● **WHAT THE EXERCISE ASKS**
In the records below, find the line with "f 113 283 112" and the line with "f 739 576 578"; return exactly those lines and every line between them.

● **PROVIDED MATERIAL**
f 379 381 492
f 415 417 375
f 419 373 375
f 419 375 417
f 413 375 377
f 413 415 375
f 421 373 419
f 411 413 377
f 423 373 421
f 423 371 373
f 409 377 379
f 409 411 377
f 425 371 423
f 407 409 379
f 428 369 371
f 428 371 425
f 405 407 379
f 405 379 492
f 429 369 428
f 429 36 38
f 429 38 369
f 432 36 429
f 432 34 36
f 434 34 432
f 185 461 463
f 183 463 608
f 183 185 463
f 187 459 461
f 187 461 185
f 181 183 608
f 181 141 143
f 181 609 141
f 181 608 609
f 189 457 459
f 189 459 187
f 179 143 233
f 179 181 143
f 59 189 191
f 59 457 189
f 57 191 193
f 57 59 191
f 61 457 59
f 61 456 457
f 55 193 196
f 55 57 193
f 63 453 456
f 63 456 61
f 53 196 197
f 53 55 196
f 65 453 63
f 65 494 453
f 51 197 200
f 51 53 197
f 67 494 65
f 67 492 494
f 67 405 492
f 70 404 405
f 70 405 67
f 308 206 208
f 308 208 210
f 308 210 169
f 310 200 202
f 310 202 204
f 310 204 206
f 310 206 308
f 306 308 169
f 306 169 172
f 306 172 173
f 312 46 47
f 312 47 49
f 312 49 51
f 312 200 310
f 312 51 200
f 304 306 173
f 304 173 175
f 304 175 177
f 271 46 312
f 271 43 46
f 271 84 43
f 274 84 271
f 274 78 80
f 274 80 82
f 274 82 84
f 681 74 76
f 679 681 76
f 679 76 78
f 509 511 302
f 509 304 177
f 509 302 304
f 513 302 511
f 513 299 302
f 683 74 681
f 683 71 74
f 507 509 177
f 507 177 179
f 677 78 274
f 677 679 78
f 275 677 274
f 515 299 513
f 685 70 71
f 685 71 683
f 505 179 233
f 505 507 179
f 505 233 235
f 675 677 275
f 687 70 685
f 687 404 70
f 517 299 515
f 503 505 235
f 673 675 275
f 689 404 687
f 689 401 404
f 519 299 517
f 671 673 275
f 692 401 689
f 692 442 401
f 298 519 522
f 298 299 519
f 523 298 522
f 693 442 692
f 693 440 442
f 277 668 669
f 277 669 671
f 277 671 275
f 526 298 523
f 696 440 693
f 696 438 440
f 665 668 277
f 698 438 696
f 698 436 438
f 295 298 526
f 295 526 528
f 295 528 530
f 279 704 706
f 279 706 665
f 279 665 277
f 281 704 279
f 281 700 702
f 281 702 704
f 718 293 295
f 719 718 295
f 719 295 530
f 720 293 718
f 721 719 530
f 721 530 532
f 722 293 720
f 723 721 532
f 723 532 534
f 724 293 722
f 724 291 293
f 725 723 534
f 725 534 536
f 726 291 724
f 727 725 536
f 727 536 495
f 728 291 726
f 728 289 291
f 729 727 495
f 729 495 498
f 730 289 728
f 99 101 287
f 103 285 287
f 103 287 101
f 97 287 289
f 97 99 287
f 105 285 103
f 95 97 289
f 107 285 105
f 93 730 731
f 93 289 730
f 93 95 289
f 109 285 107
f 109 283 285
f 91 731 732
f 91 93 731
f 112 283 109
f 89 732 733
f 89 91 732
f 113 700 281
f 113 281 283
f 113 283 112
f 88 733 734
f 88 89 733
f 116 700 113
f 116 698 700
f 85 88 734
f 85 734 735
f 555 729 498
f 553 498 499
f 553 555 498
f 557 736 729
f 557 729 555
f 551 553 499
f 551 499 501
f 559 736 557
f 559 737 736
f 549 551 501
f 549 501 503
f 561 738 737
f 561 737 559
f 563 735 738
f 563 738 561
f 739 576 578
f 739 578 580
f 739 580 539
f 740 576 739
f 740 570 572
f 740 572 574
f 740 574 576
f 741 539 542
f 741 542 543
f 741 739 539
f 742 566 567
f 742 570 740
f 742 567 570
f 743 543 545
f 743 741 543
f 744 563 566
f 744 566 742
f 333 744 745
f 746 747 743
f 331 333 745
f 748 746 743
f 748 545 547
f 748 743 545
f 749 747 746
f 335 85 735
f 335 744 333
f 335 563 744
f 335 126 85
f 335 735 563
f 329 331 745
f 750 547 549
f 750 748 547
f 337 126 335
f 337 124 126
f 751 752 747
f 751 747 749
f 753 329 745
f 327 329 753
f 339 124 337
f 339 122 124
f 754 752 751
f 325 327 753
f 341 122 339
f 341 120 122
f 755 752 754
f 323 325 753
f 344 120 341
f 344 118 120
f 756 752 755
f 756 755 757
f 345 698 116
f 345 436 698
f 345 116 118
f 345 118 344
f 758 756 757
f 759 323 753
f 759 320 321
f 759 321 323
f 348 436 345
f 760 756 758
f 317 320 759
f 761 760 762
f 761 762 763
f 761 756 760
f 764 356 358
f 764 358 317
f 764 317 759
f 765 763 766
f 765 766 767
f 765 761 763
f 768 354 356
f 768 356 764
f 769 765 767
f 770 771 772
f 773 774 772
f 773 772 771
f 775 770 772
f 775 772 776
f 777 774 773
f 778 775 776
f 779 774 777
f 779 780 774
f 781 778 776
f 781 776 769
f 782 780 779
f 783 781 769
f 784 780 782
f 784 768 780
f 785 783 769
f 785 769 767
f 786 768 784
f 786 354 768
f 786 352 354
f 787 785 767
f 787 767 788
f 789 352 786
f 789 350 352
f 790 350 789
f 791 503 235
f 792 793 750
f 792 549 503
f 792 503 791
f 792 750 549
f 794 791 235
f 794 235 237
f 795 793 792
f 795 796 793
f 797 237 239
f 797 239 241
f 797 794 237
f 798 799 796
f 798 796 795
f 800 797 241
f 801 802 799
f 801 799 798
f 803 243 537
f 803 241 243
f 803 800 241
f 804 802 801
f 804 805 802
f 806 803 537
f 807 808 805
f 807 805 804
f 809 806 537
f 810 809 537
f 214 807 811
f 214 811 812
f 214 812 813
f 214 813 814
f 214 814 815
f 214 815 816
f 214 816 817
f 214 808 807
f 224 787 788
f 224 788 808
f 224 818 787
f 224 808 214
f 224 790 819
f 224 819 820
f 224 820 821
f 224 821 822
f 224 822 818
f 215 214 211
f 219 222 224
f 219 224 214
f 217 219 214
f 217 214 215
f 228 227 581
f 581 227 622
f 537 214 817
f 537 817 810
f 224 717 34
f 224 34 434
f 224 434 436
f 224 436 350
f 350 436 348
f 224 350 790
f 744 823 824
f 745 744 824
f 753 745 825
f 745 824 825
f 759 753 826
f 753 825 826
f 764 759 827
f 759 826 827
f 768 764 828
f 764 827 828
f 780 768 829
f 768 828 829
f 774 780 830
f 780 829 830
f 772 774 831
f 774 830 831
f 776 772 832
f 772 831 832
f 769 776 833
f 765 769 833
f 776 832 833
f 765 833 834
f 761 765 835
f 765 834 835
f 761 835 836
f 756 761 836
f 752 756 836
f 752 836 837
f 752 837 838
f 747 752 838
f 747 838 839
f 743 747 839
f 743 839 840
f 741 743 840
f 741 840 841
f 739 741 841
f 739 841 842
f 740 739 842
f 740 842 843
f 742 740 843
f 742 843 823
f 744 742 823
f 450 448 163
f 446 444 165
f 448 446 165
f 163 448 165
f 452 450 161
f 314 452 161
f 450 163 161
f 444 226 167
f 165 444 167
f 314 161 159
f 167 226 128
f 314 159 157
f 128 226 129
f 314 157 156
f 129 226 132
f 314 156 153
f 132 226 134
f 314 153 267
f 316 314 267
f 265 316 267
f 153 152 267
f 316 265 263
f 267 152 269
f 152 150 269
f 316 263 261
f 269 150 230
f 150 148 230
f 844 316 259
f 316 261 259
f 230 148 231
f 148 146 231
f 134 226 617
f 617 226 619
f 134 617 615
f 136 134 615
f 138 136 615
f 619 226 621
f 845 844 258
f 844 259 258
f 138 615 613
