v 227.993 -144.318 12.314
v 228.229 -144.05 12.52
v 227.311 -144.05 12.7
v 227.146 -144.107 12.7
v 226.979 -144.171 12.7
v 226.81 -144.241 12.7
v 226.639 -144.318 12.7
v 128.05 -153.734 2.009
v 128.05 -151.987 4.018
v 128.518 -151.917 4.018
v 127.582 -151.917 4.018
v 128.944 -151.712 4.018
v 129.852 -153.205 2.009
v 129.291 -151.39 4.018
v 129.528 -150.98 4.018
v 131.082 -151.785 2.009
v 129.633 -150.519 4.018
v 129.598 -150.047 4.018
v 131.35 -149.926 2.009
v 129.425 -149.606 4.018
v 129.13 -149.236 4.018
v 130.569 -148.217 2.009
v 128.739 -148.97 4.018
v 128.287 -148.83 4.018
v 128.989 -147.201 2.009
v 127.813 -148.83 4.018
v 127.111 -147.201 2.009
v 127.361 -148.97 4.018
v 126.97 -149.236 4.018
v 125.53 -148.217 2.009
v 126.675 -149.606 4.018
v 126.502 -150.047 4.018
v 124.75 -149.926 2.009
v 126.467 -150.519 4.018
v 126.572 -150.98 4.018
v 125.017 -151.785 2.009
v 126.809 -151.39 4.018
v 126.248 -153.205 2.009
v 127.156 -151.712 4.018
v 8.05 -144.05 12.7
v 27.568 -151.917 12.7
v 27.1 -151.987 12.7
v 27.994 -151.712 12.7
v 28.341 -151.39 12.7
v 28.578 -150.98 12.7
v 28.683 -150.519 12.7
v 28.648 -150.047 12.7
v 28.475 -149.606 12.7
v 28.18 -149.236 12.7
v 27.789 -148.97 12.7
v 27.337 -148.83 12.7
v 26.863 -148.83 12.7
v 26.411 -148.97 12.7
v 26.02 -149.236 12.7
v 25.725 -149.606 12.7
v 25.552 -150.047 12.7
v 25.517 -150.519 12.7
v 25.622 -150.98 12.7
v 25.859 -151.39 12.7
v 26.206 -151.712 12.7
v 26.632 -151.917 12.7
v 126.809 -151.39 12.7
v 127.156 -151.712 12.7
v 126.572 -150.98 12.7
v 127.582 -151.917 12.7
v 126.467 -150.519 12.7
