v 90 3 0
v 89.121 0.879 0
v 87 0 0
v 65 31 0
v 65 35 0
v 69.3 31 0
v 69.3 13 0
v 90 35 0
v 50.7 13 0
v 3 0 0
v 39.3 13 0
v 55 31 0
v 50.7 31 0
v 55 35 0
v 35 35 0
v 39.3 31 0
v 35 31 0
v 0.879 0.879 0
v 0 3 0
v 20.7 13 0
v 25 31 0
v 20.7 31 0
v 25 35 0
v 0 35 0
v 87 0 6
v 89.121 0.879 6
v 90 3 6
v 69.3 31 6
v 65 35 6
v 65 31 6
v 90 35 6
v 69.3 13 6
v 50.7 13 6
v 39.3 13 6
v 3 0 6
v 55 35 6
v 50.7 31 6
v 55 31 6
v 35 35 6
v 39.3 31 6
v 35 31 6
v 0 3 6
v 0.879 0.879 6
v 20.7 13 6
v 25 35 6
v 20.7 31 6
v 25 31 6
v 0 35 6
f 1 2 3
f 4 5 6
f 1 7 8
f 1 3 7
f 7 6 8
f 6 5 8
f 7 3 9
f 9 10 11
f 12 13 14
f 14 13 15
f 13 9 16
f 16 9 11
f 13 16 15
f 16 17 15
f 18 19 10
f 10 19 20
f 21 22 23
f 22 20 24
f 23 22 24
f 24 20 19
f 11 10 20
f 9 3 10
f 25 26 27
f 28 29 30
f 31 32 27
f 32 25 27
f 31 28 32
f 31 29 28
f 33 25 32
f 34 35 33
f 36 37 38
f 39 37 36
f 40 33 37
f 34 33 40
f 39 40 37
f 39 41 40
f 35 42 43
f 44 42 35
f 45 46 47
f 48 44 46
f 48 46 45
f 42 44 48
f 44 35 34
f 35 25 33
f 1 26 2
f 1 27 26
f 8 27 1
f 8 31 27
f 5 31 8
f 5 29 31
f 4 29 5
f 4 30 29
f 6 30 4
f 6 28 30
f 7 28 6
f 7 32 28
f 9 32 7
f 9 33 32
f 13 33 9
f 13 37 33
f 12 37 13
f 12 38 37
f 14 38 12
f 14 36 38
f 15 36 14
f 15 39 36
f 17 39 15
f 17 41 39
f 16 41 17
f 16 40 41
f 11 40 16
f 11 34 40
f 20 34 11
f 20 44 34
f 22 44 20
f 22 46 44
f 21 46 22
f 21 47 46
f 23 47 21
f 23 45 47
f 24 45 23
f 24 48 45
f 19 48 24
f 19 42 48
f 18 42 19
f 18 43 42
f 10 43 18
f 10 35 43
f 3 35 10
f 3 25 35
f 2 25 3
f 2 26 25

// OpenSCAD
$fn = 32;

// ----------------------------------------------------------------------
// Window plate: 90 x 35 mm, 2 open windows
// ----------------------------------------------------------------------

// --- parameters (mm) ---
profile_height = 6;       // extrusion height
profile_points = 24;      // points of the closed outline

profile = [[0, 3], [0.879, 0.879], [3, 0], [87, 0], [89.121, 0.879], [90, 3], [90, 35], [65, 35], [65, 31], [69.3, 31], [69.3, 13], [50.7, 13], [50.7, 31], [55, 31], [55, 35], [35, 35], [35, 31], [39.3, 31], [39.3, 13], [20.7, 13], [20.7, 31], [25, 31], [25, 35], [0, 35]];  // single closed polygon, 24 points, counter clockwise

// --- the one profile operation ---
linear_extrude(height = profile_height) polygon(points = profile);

● **YOUR RESPONSE**
f 113 283 112
f 88 733 734
f 88 89 733
f 116 700 113
f 116 698 700
f 85 88 734
f 85 734 735
f 555 729 498
f 553 498 499
f 553 555 498
f 557 736 729
f 557 729 555
f 551 553 499
f 551 499 501
f 559 736 557
f 559 737 736
f 549 551 501
f 549 501 503
f 561 738 737
f 561 737 559
f 563 735 738
f 563 738 561
f 739 576 578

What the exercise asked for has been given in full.